#### [TASK OBJECTIVE]
Where in the data below does the word "from" appear? Copy every line that has it.

#### [PROVIDED RECORDS]

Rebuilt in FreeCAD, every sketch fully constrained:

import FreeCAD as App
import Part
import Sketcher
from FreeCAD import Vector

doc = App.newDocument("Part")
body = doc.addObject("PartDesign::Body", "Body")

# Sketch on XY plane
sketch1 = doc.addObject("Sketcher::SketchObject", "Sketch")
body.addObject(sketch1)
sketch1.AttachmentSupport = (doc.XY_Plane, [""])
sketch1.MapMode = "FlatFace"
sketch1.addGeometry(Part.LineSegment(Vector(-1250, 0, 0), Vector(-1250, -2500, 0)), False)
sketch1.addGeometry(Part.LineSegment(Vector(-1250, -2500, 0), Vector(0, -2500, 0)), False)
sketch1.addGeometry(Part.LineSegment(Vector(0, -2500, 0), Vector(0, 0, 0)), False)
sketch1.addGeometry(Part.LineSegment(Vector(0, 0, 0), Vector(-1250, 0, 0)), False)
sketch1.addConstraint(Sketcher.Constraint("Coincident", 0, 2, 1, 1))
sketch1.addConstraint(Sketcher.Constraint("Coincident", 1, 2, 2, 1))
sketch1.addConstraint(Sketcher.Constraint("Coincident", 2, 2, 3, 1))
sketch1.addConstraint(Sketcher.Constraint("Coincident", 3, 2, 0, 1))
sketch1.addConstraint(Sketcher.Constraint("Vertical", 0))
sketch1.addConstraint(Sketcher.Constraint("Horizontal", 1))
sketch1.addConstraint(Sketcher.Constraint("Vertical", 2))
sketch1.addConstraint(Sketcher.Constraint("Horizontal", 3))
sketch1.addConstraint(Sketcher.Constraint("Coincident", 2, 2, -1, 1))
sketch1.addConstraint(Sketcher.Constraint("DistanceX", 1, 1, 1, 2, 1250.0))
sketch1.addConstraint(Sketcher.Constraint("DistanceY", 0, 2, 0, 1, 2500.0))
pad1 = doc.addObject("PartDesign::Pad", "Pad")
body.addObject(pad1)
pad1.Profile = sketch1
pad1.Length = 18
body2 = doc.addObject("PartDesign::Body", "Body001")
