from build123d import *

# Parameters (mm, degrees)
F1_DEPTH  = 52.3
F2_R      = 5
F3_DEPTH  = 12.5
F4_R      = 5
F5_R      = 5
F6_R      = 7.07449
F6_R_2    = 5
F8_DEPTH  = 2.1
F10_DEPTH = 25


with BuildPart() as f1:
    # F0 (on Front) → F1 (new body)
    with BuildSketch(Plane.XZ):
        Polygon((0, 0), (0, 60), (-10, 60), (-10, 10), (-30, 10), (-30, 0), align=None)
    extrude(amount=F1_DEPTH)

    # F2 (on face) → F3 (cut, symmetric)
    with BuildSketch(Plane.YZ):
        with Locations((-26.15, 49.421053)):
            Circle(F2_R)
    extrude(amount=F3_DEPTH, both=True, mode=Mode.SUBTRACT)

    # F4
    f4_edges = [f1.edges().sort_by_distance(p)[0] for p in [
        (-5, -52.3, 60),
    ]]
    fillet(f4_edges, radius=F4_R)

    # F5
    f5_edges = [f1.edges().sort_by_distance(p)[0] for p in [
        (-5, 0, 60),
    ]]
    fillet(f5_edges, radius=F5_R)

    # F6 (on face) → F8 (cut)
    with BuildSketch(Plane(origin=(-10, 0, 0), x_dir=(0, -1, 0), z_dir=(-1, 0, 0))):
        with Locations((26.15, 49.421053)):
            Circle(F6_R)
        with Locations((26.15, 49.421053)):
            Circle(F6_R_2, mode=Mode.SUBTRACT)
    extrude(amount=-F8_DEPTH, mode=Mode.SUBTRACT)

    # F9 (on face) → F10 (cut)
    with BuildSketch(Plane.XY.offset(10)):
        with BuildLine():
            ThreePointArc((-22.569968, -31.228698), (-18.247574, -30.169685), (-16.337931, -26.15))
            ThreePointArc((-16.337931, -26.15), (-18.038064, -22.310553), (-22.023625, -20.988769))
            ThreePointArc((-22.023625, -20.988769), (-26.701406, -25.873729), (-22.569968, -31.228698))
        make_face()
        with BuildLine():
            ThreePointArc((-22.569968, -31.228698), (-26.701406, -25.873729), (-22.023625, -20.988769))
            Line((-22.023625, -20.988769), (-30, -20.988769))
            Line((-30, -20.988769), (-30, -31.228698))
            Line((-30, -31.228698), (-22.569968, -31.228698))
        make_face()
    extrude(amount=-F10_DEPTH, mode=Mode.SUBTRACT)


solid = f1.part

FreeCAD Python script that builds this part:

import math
import FreeCAD as App
import Part
import Sketcher
Q = App.Units.Quantity


def edges_at(feature, points):
    """Names of the edges that pass closest to the given points."""
    edges = feature.Shape.Edges
    near = lambda p: min(range(len(edges)), key=lambda i: edges[i].distToShape(Part.Vertex(*p))[0])
    return sorted({f"Edge{near(p) + 1}" for p in points})

doc = App.newDocument("Part")
body = doc.addObject("PartDesign::Body", "Body")

sketch1 = body.newObject("Sketcher::SketchObject", "Sketch")
sketch1.AttachmentSupport = (doc.getObject("XZ_Plane"), [""])
sketch1.MapMode = "FlatFace"
sketch1.addGeometry(Part.LineSegment(App.Vector(0, 0, 0), App.Vector(0, 60, 0)), False)
sketch1.addGeometry(Part.LineSegment(App.Vector(0, 60, 0), App.Vector(-10, 60, 0)), False)
sketch1.addGeometry(Part.LineSegment(App.Vector(-10, 60, 0), App.Vector(-10, 10, 0)), False)
sketch1.addGeometry(Part.LineSegment(App.Vector(-10, 10, 0), App.Vector(-30, 10, 0)), False)
sketch1.addGeometry(Part.LineSegment(App.Vector(-30, 10, 0), App.Vector(-30, 0, 0)), False)
sketch1.addGeometry(Part.LineSegment(App.Vector(-30, 0, 0), App.Vector(0, 0, 0)), False)
sketch1.addConstraint(Sketcher.Constraint("Coincident", 0, 2, 1, 1))
sketch1.addConstraint(Sketcher.Constraint("Coincident", 1, 2, 2, 1))
sketch1.addConstraint(Sketcher.Constraint("Coincident", 2, 2, 3, 1))
sketch1.addConstraint(Sketcher.Constraint("Coincident", 3, 2, 4, 1))
sketch1.addConstraint(Sketcher.Constraint("Coincident", 4, 2, 5, 1))
sketch1.addConstraint(Sketcher.Constraint("Coincident", 5, 2, 0, 1))
sketch1.addConstraint(Sketcher.Constraint("Vertical", 0))
sketch1.addConstraint(Sketcher.Constraint("Horizontal", 1))
sketch1.addConstraint(Sketcher.Constraint("Vertical", 2))
sketch1.addConstraint(Sketcher.Constraint("Horizontal", 3))
sketch1.addConstraint(Sketcher.Constraint("Vertical", 4))
sketch1.addConstraint(Sketcher.Constraint("Horizontal", 5))
sketch1.addConstraint(Sketcher.Constraint("Coincident", 5, 2, -1, 1))
sketch1.addConstraint(Sketcher.Constraint("Equal", 1, 4))
sketch1.addConstraint(Sketcher.Constraint("DistanceX", 1, 2, 1, 1, Q("10 mm")))
sketch1.addConstraint(Sketcher.Constraint("DistanceX", 3, 2, 3, 1, Q("20 mm")))
sketch1.addConstraint(Sketcher.Constraint("DistanceY", 0, 1, 0, 2, Q("60 mm")))
pad1 = body.newObject("PartDesign::Pad", "Pad")
pad1.Profile = sketch1
pad1.Length = 52.3

sketch2 = body.newObject("Sketcher::SketchObject", "Sketch001")
sketch2.AttachmentSupport = (doc.getObject("YZ_Plane"), [""])
sketch2.MapMode = "FlatFace"
sketch2.addGeometry(Part.Circle(App.Vector(-26, 49, 0), App.Vector(0, 0, 1), 5), False)
sketch2.addConstraint(Sketcher.Constraint("Diameter", 0, Q("10 mm")))
sketch2.addConstraint(Sketcher.Constraint("DistanceX", 0, 3, -1, 1, Q("26.15 mm")))
sketch2.addConstraint(Sketcher.Constraint("DistanceY", -1, 1, 0, 3, Q("49.421053 mm")))
pocket1 = body.newObject("PartDesign::Pocket", "Pocket")
pocket1.Profile = sketch2
pocket1.Length = 25
pocket1.Midplane = True
doc.recompute()

fillet = body.newObject("PartDesign::Fillet", "Fillet")
fillet.Base = (pocket1, edges_at(pocket1, [(-5, -52.3, 60)]))
fillet.Radius = 5
doc.recompute()

fillet2 = body.newObject("PartDesign::Fillet", "Fillet001")
fillet2.Base = (fillet, edges_at(fillet, [(-5, 0, 60)]))
fillet2.Radius = 5

sketch3 = body.newObject("Sketcher::SketchObject", "Sketch002")
sketch3.AttachmentSupport = (doc.getObject("YZ_Plane"), [""])
sketch3.MapMode = "FlatFace"
sketch3.AttachmentOffset = App.Placement(App.Vector(0, 0, -10), App.Rotation())
sketch3.addGeometry(Part.Circle(App.Vector(-26, 49, 0), App.Vector(0, 0, 1), 7), False)
sketch3.addGeometry(Part.Circle(App.Vector(-26, 49, 0), App.Vector(0, 0, 1), 5), False)
sketch3.addConstraint(Sketcher.Constraint("Coincident", 1, 3, 0, 3))
sketch3.addConstraint(Sketcher.Constraint("Diameter", 1, Q("10 mm")))
sketch3.addConstraint(Sketcher.Constraint("Diameter", 0, Q("14.14898 mm")))
sketch3.addConstraint(Sketcher.Constraint("DistanceX", 0, 3, -1, 1, Q("26.15 mm")))
sketch3.addConstraint(Sketcher.Constraint("DistanceY", -1, 1, 0, 3, Q("49.421053 mm")))
pocket2 = body.newObject("PartDesign::Pocket", "Pocket001")
pocket2.Profile = sketch3
pocket2.Length = 2.1
pocket2.Reversed = True

sketch4 = body.newObject("Sketcher::SketchObject", "Sketch003")
sketch4.AttachmentSupport = (doc.getObject("XY_Plane"), [""])
sketch4.MapMode = "FlatFace"
sketch4.AttachmentOffset = App.Placement(App.Vector(0, 0, 10), App.Rotation())
sketch4.addGeometry(Part.ArcOfCircle(Part.Circle(App.Vector(-22, -26, 0), App.Vector(0, 0, 1), 5), math.radians(-102), math.radians(0)), False)
sketch4.addGeometry(Part.ArcOfCircle(Part.Circle(App.Vector(-22, -26, 0), App.Vector(0, 0, 1), 5), math.radians(0), math.radians(96)), False)
sketch4.addGeometry(Part.LineSegment(App.Vector(-22, -21, 0), App.Vector(-30, -21, 0)), False)
sketch4.addGeometry(Part.LineSegment(App.Vector(-30, -21, 0), App.Vector(-30, -31, 0)), False)
sketch4.addGeometry(Part.LineSegment(App.Vector(-30, -31, 0), App.Vector(-23, -31, 0)), False)
sketch4.addConstraint(Sketcher.Constraint("Tangent", 0, 2, 1, 1))
sketch4.addConstraint(Sketcher.Constraint("Coincident", 1, 2, 2, 1))
sketch4.addConstraint(Sketcher.Constraint("Coincident", 2, 2, 3, 1))
sketch4.addConstraint(Sketcher.Constraint("Coincident", 3, 2, 4, 1))
sketch4.addConstraint(Sketcher.Constraint("Coincident", 4, 2, 0, 1))
sketch4.addConstraint(Sketcher.Constraint("Horizontal", 2))
sketch4.addConstraint(Sketcher.Constraint("Vertical", 3))
sketch4.addConstraint(Sketcher.Constraint("Horizontal", 4))
sketch4.addConstraint(Sketcher.Constraint("Equal", 0, 1))
sketch4.addConstraint(Sketcher.Constraint("Horizontal", 1, 3, 0, 2))
sketch4.addConstraint(Sketcher.Constraint("DistanceX", 2, 2, -1, 1, Q("30 mm")))
sketch4.addConstraint(Sketcher.Constraint("DistanceY", 0, 3, -1, 1, Q("26.15 mm")))
sketch4.addConstraint(Sketcher.Constraint("Radius", 0, Q("5.18542 mm")))
sketch4.addConstraint(Sketcher.Constraint("DistanceY", 3, 2, 3, 1, Q("10.239929 mm")))
sketch4.addConstraint(Sketcher.Constraint("DistanceY", 3, 2, -1, 1, Q("31.228698 mm")))
sketch4.addConstraint(Sketcher.Constraint("DistanceX", 2, 2, 2, 1, Q("7.976375 mm")))
pocket3 = body.newObject("PartDesign::Pocket", "Pocket002")
pocket3.Profile = sketch4
pocket3.Length = 25

doc.recompute()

#### [SOLUTION BELOW]
from FreeCAD import Vector
from build123d import *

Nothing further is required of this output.